■ **Assignment**
Among the records that follow, set down only the lines from the one containing "v -7.619 3 -5.396" to the one containing "v 4.406 3 -4.659", both included, exactly.

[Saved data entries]
⁂

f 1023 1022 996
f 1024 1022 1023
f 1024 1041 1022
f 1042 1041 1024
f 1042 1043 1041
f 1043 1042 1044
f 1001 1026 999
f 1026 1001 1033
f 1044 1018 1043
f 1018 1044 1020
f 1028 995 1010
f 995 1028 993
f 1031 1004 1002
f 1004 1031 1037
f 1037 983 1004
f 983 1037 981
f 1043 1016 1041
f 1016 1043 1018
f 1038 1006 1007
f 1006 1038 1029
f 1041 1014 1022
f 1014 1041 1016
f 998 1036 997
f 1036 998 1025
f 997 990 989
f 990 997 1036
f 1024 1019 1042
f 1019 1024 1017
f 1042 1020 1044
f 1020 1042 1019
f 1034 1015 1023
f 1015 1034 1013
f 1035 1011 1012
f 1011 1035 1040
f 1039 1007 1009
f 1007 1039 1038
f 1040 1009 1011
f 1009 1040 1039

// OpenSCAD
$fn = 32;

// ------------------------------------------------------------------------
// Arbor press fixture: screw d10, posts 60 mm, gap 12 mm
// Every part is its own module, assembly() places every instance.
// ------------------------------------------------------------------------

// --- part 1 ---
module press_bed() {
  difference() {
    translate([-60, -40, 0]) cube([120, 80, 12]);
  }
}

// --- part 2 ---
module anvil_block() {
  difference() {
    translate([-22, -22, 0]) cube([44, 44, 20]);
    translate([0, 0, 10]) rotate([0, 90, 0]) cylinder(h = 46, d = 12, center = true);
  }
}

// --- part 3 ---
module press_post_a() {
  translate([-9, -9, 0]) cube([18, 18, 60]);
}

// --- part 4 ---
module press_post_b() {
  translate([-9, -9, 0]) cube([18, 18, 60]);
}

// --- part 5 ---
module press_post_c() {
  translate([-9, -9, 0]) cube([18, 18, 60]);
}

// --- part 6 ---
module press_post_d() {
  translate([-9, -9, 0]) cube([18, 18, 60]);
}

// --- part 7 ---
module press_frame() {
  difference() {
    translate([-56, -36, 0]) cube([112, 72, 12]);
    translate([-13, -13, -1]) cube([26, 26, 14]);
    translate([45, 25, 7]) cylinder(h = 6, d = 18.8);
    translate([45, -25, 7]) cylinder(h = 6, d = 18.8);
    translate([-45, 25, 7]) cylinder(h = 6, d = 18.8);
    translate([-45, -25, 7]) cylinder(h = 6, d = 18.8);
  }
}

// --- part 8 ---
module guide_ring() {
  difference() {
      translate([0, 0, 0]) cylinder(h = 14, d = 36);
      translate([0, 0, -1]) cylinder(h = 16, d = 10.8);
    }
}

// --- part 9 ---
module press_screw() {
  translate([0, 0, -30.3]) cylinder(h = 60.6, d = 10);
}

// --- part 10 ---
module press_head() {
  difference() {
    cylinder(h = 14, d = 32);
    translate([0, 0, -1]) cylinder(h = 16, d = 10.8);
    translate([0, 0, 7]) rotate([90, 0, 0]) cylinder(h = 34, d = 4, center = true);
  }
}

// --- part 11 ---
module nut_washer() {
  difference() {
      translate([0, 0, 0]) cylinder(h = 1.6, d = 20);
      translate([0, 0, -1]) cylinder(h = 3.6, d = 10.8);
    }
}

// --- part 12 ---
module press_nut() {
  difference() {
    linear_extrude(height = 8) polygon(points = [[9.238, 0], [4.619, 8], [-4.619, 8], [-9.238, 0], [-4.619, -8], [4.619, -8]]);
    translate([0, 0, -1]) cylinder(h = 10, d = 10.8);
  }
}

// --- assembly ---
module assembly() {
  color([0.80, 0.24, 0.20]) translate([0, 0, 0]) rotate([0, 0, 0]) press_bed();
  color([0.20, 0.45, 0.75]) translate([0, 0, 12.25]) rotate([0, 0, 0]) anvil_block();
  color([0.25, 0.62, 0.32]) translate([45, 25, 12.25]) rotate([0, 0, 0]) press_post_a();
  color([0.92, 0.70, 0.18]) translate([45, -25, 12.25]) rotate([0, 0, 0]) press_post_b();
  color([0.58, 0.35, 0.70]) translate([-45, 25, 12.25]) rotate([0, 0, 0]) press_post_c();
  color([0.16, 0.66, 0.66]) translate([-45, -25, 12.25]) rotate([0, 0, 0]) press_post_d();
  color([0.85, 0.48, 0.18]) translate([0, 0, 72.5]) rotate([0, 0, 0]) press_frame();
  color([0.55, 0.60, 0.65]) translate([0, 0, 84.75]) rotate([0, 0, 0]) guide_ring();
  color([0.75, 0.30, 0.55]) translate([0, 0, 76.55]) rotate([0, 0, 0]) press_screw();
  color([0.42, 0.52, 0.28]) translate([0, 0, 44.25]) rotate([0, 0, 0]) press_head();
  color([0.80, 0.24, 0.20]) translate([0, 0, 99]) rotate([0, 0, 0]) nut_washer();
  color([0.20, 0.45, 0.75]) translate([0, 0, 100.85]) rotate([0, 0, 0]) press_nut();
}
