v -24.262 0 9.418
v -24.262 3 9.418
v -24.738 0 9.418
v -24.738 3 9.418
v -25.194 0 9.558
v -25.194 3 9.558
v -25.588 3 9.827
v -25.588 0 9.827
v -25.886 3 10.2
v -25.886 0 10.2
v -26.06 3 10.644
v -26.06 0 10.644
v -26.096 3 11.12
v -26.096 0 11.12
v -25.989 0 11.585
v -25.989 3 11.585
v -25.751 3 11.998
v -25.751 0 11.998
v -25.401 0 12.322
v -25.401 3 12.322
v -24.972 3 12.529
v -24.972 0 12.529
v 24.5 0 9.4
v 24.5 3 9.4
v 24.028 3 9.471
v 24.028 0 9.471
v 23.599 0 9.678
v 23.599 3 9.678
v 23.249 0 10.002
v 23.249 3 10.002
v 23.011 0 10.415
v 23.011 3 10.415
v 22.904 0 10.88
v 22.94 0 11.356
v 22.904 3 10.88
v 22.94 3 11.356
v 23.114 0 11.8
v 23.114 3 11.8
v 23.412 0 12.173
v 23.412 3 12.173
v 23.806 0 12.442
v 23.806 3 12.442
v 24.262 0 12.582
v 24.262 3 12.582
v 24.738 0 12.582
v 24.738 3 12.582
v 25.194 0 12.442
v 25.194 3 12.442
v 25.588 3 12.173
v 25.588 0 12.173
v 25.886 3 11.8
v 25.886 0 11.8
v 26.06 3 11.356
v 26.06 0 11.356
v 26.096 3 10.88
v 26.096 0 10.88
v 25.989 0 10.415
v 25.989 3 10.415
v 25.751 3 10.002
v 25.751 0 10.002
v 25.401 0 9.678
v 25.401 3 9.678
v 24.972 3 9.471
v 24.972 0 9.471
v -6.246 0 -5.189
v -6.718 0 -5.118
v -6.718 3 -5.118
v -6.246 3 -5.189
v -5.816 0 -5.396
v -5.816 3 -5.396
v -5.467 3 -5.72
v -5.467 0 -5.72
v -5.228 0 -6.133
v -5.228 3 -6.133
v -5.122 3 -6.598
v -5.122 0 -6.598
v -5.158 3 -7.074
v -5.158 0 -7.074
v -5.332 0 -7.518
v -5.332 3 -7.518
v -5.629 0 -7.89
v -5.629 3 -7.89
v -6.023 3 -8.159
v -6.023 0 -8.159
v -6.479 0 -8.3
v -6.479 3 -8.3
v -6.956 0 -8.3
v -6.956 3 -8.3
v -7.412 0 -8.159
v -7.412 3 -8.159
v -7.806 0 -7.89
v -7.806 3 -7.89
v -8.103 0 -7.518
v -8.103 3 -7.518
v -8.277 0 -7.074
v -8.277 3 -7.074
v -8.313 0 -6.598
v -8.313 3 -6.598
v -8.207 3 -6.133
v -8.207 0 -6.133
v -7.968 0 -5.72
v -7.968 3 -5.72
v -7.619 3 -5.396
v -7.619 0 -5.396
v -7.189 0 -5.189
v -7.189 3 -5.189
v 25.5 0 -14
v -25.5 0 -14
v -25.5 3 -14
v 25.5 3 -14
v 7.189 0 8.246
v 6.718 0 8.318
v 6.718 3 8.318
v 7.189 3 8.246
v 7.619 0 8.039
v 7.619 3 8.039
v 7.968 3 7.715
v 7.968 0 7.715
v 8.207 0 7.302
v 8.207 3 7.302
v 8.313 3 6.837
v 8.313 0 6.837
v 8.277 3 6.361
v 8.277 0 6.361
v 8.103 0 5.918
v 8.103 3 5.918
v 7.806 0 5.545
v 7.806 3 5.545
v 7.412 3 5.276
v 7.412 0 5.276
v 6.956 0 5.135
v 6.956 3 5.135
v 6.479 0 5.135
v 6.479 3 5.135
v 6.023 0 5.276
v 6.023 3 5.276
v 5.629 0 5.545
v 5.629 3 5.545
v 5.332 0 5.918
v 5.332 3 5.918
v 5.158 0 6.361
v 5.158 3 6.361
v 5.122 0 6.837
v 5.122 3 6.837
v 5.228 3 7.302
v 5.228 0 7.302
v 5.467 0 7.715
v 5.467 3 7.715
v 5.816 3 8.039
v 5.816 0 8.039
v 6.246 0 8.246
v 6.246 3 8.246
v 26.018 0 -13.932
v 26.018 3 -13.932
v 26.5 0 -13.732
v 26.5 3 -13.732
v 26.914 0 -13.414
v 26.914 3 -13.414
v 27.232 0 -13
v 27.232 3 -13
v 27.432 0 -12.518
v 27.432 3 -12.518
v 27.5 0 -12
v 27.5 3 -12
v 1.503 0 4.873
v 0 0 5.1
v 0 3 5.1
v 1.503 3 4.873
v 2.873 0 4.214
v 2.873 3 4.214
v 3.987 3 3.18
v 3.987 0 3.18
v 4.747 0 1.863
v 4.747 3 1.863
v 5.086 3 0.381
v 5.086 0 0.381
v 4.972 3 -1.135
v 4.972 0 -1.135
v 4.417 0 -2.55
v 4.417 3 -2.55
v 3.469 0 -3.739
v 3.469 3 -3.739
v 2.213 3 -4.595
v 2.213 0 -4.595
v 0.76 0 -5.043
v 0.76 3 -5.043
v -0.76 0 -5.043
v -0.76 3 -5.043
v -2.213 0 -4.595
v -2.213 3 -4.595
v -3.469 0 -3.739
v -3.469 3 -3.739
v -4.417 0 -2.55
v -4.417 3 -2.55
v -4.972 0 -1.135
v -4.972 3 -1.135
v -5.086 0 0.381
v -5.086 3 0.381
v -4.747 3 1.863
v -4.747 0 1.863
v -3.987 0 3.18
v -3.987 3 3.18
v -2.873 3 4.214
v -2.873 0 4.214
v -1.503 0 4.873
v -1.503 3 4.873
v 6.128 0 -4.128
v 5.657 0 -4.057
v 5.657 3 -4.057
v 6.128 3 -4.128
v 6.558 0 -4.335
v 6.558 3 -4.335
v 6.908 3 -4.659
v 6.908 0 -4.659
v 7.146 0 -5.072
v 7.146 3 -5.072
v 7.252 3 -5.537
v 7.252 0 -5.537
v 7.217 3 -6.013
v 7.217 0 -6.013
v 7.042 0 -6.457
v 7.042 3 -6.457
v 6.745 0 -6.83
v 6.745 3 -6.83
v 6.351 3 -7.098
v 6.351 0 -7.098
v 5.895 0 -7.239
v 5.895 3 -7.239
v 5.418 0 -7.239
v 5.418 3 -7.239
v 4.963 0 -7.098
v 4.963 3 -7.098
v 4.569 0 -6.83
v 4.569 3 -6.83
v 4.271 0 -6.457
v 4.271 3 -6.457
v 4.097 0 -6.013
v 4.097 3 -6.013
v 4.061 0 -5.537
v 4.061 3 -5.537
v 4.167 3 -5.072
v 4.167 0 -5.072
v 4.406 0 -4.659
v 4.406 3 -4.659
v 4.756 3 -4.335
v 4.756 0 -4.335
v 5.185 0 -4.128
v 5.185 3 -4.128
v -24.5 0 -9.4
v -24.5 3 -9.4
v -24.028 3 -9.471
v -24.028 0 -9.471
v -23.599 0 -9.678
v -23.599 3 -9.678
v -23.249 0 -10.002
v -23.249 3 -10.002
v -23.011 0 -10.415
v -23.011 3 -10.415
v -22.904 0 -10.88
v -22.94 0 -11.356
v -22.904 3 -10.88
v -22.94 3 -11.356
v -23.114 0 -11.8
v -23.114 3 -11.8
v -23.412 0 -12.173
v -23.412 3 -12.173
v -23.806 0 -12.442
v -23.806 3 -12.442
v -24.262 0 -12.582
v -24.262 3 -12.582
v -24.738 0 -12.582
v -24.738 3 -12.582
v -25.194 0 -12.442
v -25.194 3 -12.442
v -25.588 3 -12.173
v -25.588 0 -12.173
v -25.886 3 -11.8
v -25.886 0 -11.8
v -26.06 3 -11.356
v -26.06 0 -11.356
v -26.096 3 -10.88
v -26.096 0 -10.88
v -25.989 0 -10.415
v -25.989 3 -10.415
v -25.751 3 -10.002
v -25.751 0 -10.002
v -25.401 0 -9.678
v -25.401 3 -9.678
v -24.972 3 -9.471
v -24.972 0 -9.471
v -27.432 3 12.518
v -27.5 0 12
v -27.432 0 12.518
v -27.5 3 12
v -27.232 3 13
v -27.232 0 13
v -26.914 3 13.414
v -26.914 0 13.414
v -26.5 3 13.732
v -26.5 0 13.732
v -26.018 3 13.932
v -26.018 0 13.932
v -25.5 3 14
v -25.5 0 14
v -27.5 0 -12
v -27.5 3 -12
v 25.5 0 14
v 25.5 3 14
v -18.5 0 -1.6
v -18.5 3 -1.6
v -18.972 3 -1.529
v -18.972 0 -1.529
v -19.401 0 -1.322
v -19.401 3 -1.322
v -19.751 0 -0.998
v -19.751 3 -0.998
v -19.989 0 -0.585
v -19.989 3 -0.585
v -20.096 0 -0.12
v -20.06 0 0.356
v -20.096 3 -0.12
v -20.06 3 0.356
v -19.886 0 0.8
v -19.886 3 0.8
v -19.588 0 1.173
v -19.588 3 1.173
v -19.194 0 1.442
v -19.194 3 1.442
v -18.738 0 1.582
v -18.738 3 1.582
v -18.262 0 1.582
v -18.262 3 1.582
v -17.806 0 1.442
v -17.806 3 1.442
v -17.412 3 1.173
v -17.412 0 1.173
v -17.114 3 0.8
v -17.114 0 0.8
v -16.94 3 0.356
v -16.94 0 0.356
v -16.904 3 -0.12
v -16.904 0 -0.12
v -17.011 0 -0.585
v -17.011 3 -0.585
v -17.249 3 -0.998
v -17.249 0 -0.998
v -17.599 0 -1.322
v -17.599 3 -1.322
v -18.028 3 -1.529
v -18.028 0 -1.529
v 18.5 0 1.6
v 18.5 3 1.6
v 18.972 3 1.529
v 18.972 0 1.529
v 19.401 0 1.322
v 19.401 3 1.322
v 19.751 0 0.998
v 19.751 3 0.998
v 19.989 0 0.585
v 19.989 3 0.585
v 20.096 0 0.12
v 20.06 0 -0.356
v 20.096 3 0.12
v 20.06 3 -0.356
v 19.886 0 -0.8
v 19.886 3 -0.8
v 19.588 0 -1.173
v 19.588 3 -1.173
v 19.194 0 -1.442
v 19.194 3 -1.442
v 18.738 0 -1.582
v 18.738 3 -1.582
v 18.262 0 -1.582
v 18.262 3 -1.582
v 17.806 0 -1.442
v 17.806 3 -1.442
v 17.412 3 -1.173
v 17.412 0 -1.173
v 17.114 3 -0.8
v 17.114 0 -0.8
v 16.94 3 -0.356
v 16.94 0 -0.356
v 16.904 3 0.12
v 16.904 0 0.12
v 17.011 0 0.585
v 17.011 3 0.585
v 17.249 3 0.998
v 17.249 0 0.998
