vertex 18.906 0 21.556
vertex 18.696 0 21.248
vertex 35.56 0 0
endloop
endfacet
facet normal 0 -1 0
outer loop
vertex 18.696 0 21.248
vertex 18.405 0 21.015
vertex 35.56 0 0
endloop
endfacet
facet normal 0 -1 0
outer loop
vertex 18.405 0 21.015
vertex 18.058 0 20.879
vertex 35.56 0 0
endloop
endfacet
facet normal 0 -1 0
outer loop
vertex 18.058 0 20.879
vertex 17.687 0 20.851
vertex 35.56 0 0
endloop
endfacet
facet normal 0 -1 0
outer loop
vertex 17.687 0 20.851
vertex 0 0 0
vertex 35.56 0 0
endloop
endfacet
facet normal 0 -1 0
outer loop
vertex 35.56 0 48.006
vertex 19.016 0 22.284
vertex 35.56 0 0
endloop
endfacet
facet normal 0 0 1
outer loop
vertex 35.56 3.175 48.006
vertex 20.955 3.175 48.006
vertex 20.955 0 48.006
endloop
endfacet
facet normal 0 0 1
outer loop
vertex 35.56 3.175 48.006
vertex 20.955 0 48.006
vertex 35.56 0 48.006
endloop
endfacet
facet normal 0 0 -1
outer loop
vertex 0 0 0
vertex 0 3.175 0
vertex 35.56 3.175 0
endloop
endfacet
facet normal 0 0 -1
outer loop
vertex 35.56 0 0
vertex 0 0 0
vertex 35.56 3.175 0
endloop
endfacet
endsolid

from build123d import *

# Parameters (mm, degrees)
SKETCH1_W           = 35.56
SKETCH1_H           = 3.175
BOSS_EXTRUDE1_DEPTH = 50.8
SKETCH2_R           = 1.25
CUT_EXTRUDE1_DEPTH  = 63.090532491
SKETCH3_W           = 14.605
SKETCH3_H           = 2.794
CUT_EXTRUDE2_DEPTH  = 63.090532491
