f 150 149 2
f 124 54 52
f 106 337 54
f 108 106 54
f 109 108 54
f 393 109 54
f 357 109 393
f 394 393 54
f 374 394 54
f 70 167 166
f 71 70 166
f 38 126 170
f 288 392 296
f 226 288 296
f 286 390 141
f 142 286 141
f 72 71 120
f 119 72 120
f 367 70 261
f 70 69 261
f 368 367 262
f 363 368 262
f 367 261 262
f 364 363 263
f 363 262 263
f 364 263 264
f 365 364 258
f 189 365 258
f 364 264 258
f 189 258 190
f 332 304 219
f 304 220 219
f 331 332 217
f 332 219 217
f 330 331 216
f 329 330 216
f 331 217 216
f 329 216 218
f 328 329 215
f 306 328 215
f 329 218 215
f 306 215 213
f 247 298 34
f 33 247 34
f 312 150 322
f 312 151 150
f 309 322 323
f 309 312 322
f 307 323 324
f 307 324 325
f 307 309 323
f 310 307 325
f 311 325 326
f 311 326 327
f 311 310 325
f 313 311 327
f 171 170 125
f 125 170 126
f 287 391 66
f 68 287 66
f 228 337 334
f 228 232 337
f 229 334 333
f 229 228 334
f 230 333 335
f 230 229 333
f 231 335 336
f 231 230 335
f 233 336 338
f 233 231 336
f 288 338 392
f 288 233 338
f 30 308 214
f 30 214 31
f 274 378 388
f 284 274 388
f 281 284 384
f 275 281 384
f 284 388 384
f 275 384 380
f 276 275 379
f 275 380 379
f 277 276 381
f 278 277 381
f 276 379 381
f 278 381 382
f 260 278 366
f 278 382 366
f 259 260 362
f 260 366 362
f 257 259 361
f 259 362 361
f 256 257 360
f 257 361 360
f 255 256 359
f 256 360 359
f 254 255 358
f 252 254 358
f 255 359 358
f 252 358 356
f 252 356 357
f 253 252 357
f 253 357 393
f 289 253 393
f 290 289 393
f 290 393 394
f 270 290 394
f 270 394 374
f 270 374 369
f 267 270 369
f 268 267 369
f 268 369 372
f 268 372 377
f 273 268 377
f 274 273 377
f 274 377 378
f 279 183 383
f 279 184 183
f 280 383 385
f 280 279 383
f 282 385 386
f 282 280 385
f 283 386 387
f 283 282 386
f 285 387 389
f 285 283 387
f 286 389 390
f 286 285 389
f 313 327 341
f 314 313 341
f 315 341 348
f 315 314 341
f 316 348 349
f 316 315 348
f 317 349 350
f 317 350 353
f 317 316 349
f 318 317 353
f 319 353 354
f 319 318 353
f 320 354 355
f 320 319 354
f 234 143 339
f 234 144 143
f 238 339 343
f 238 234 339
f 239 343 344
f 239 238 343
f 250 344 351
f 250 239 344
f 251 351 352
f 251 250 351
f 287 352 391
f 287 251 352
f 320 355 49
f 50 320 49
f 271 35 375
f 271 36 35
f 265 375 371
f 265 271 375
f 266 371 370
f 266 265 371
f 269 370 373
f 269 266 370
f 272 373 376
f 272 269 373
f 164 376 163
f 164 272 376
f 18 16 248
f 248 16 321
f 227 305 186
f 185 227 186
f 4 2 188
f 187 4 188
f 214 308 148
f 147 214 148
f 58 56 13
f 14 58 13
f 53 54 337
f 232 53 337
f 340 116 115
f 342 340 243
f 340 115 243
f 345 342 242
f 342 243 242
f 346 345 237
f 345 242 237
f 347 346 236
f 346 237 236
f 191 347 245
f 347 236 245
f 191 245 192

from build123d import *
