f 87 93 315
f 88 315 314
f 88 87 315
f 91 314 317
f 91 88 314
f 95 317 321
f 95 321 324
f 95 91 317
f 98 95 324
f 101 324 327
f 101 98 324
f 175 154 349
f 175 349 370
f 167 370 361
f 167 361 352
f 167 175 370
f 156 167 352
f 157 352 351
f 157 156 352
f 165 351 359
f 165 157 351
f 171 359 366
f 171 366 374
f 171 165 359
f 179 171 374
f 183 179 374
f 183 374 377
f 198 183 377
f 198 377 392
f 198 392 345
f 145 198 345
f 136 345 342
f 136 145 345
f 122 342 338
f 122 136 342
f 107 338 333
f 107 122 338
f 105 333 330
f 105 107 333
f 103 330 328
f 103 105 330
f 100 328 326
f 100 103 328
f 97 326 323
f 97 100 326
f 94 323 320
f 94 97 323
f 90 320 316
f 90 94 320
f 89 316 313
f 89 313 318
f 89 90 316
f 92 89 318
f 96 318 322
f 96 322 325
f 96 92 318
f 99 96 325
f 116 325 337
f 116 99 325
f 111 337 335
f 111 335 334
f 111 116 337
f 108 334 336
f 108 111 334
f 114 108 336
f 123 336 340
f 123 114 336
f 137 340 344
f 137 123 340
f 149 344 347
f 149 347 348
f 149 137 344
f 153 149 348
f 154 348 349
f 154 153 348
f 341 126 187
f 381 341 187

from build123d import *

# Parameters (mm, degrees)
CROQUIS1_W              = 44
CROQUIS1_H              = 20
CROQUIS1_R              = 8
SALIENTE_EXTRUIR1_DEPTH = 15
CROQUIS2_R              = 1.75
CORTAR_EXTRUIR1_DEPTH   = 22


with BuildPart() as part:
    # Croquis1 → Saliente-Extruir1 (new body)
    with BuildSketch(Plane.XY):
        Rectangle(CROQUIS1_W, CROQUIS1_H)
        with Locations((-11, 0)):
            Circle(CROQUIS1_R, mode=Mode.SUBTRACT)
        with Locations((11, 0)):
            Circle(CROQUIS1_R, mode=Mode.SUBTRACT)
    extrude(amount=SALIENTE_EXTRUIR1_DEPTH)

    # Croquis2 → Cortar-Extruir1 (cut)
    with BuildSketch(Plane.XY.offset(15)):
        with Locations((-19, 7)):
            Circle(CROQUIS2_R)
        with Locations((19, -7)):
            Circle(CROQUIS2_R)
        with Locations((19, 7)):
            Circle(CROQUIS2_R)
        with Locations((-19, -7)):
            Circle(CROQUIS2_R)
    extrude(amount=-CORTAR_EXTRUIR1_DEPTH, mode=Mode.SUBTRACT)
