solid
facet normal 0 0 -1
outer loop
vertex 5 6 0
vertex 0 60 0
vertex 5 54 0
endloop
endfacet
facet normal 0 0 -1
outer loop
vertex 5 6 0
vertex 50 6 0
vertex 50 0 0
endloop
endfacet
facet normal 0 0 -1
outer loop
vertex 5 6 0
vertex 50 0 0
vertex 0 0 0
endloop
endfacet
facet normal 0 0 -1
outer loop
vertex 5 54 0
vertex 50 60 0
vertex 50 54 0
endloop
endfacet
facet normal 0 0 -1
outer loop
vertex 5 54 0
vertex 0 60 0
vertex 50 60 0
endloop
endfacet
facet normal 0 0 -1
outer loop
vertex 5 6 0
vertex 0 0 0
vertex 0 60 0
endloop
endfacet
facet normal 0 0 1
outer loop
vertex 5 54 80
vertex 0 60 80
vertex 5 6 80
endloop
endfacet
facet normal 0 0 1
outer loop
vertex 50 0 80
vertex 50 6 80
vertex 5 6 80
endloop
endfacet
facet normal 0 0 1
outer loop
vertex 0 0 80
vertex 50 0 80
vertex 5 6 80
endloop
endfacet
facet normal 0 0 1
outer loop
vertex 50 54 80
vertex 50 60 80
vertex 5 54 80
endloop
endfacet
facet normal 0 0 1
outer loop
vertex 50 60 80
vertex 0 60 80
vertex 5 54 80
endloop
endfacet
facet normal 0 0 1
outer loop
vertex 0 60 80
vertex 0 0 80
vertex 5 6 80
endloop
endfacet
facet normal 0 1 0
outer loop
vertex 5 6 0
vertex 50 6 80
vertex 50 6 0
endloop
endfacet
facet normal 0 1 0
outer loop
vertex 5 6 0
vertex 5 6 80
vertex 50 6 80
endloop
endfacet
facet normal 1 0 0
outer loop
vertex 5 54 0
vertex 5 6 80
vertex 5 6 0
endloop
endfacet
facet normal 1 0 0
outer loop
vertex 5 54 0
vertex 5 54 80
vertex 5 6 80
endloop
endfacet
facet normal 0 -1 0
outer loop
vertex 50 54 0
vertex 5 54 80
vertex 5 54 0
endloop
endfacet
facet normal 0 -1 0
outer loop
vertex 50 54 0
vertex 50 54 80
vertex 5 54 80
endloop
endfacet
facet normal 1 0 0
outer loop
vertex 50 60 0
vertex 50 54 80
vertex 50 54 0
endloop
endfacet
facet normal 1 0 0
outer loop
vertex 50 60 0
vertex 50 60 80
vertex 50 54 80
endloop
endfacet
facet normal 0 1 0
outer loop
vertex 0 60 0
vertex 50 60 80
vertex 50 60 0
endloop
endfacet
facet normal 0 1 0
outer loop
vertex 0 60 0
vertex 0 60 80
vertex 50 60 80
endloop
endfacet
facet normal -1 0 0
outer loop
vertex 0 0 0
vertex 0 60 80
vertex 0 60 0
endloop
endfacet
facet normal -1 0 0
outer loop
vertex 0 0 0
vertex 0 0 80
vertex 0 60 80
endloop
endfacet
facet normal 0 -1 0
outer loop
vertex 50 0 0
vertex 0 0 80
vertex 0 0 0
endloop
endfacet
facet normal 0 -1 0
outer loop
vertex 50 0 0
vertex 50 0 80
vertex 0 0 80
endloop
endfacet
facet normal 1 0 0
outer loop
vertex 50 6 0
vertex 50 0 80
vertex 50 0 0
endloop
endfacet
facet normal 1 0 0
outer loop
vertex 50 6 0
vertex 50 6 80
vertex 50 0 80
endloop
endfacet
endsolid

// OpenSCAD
$fn = 32;

// ----------------------------------------------------------------------
// Structural section: channel 50 x 60 mm
// ----------------------------------------------------------------------

// --- parameters (mm) ---
sec_w = 50;               // channel width, X
sec_h = 60;               // channel height, Y
flange_t = 6;             // flange thickness
web_t = 5;                // web thickness
plate_t = 80;             // cut length, Z (extrusion height)

profile = [[0, 0], [50, 0], [50, 6], [5, 6], [5, 54], [50, 54], [50, 60], [0, 60]];  // primary outline, 8 points, counter clockwise

// --- the one profile operation ---
linear_extrude(height = plate_t) polygon(points = profile);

⁂

■ **Expected answer**
v -7.619 3 -5.396
v -7.619 0 -5.396
v -7.189 0 -5.189
v -7.189 3 -5.189
v 25.5 0 -14
v -25.5 0 -14
v -25.5 3 -14
v 25.5 3 -14
v 7.189 0 8.246
v 6.718 0 8.318
v 6.718 3 8.318
v 7.189 3 8.246
v 7.619 0 8.039
v 7.619 3 8.039
v 7.968 3 7.715
v 7.968 0 7.715
v 8.207 0 7.302
v 8.207 3 7.302
v 8.313 3 6.837
v 8.313 0 6.837
v 8.277 3 6.361
v 8.277 0 6.361
v 8.103 0 5.918
v 8.103 3 5.918
v 7.806 0 5.545
v 7.806 3 5.545
v 7.412 3 5.276
v 7.412 0 5.276
v 6.956 0 5.135
v 6.956 3 5.135
v 6.479 0 5.135
v 6.479 3 5.135
v 6.023 0 5.276
v 6.023 3 5.276
v 5.629 0 5.545
v 5.629 3 5.545
v 5.332 0 5.918
v 5.332 3 5.918
v 5.158 0 6.361
v 5.158 3 6.361
v 5.122 0 6.837
v 5.122 3 6.837
v 5.228 3 7.302
v 5.228 0 7.302
v 5.467 0 7.715
v 5.467 3 7.715
v 5.816 3 8.039
v 5.816 0 8.039
v 6.246 0 8.246
v 6.246 3 8.246
v 26.018 0 -13.932
v 26.018 3 -13.932
v 26.5 0 -13.732
v 26.5 3 -13.732
v 26.914 0 -13.414
v 26.914 3 -13.414
v 27.232 0 -13
v 27.232 3 -13
v 27.432 0 -12.518
v 27.432 3 -12.518
v 27.5 0 -12
v 27.5 3 -12
v 1.503 0 4.873
v 0 0 5.1
v 0 3 5.1
v 1.503 3 4.873
v 2.873 0 4.214
v 2.873 3 4.214
v 3.987 3 3.18
v 3.987 0 3.18
v 4.747 0 1.863
v 4.747 3 1.863
v 5.086 3 0.381
v 5.086 0 0.381
v 4.972 3 -1.135
v 4.972 0 -1.135
v 4.417 0 -2.55
v 4.417 3 -2.55
v 3.469 0 -3.739
v 3.469 3 -3.739
v 2.213 3 -4.595
v 2.213 0 -4.595
v 0.76 0 -5.043
v 0.76 3 -5.043
v -0.76 0 -5.043
v -0.76 3 -5.043
v -2.213 0 -4.595
v -2.213 3 -4.595
v -3.469 0 -3.739
v -3.469 3 -3.739
v -4.417 0 -2.55
v -4.417 3 -2.55
v -4.972 0 -1.135
v -4.972 3 -1.135
v -5.086 0 0.381
v -5.086 3 0.381
v -4.747 3 1.863
v -4.747 0 1.863
v -3.987 0 3.18
v -3.987 3 3.18
v -2.873 3 4.214
v -2.873 0 4.214
v -1.503 0 4.873
v -1.503 3 4.873
v 6.128 0 -4.128
v 5.657 0 -4.057
v 5.657 3 -4.057
v 6.128 3 -4.128
v 6.558 0 -4.335
v 6.558 3 -4.335
v 6.908 3 -4.659
v 6.908 0 -4.659
v 7.146 0 -5.072
v 7.146 3 -5.072
v 7.252 3 -5.537
v 7.252 0 -5.537
v 7.217 3 -6.013
v 7.217 0 -6.013
v 7.042 0 -6.457
v 7.042 3 -6.457
v 6.745 0 -6.83
v 6.745 3 -6.83
v 6.351 3 -7.098
v 6.351 0 -7.098
v 5.895 0 -7.239
v 5.895 3 -7.239
v 5.418 0 -7.239
v 5.418 3 -7.239
v 4.963 0 -7.098
v 4.963 3 -7.098
v 4.569 0 -6.83
v 4.569 3 -6.83
v 4.271 0 -6.457
v 4.271 3 -6.457
v 4.097 0 -6.013
v 4.097 3 -6.013
v 4.061 0 -5.537
v 4.061 3 -5.537
v 4.167 3 -5.072
v 4.167 0 -5.072
v 4.406 0 -4.659
v 4.406 3 -4.659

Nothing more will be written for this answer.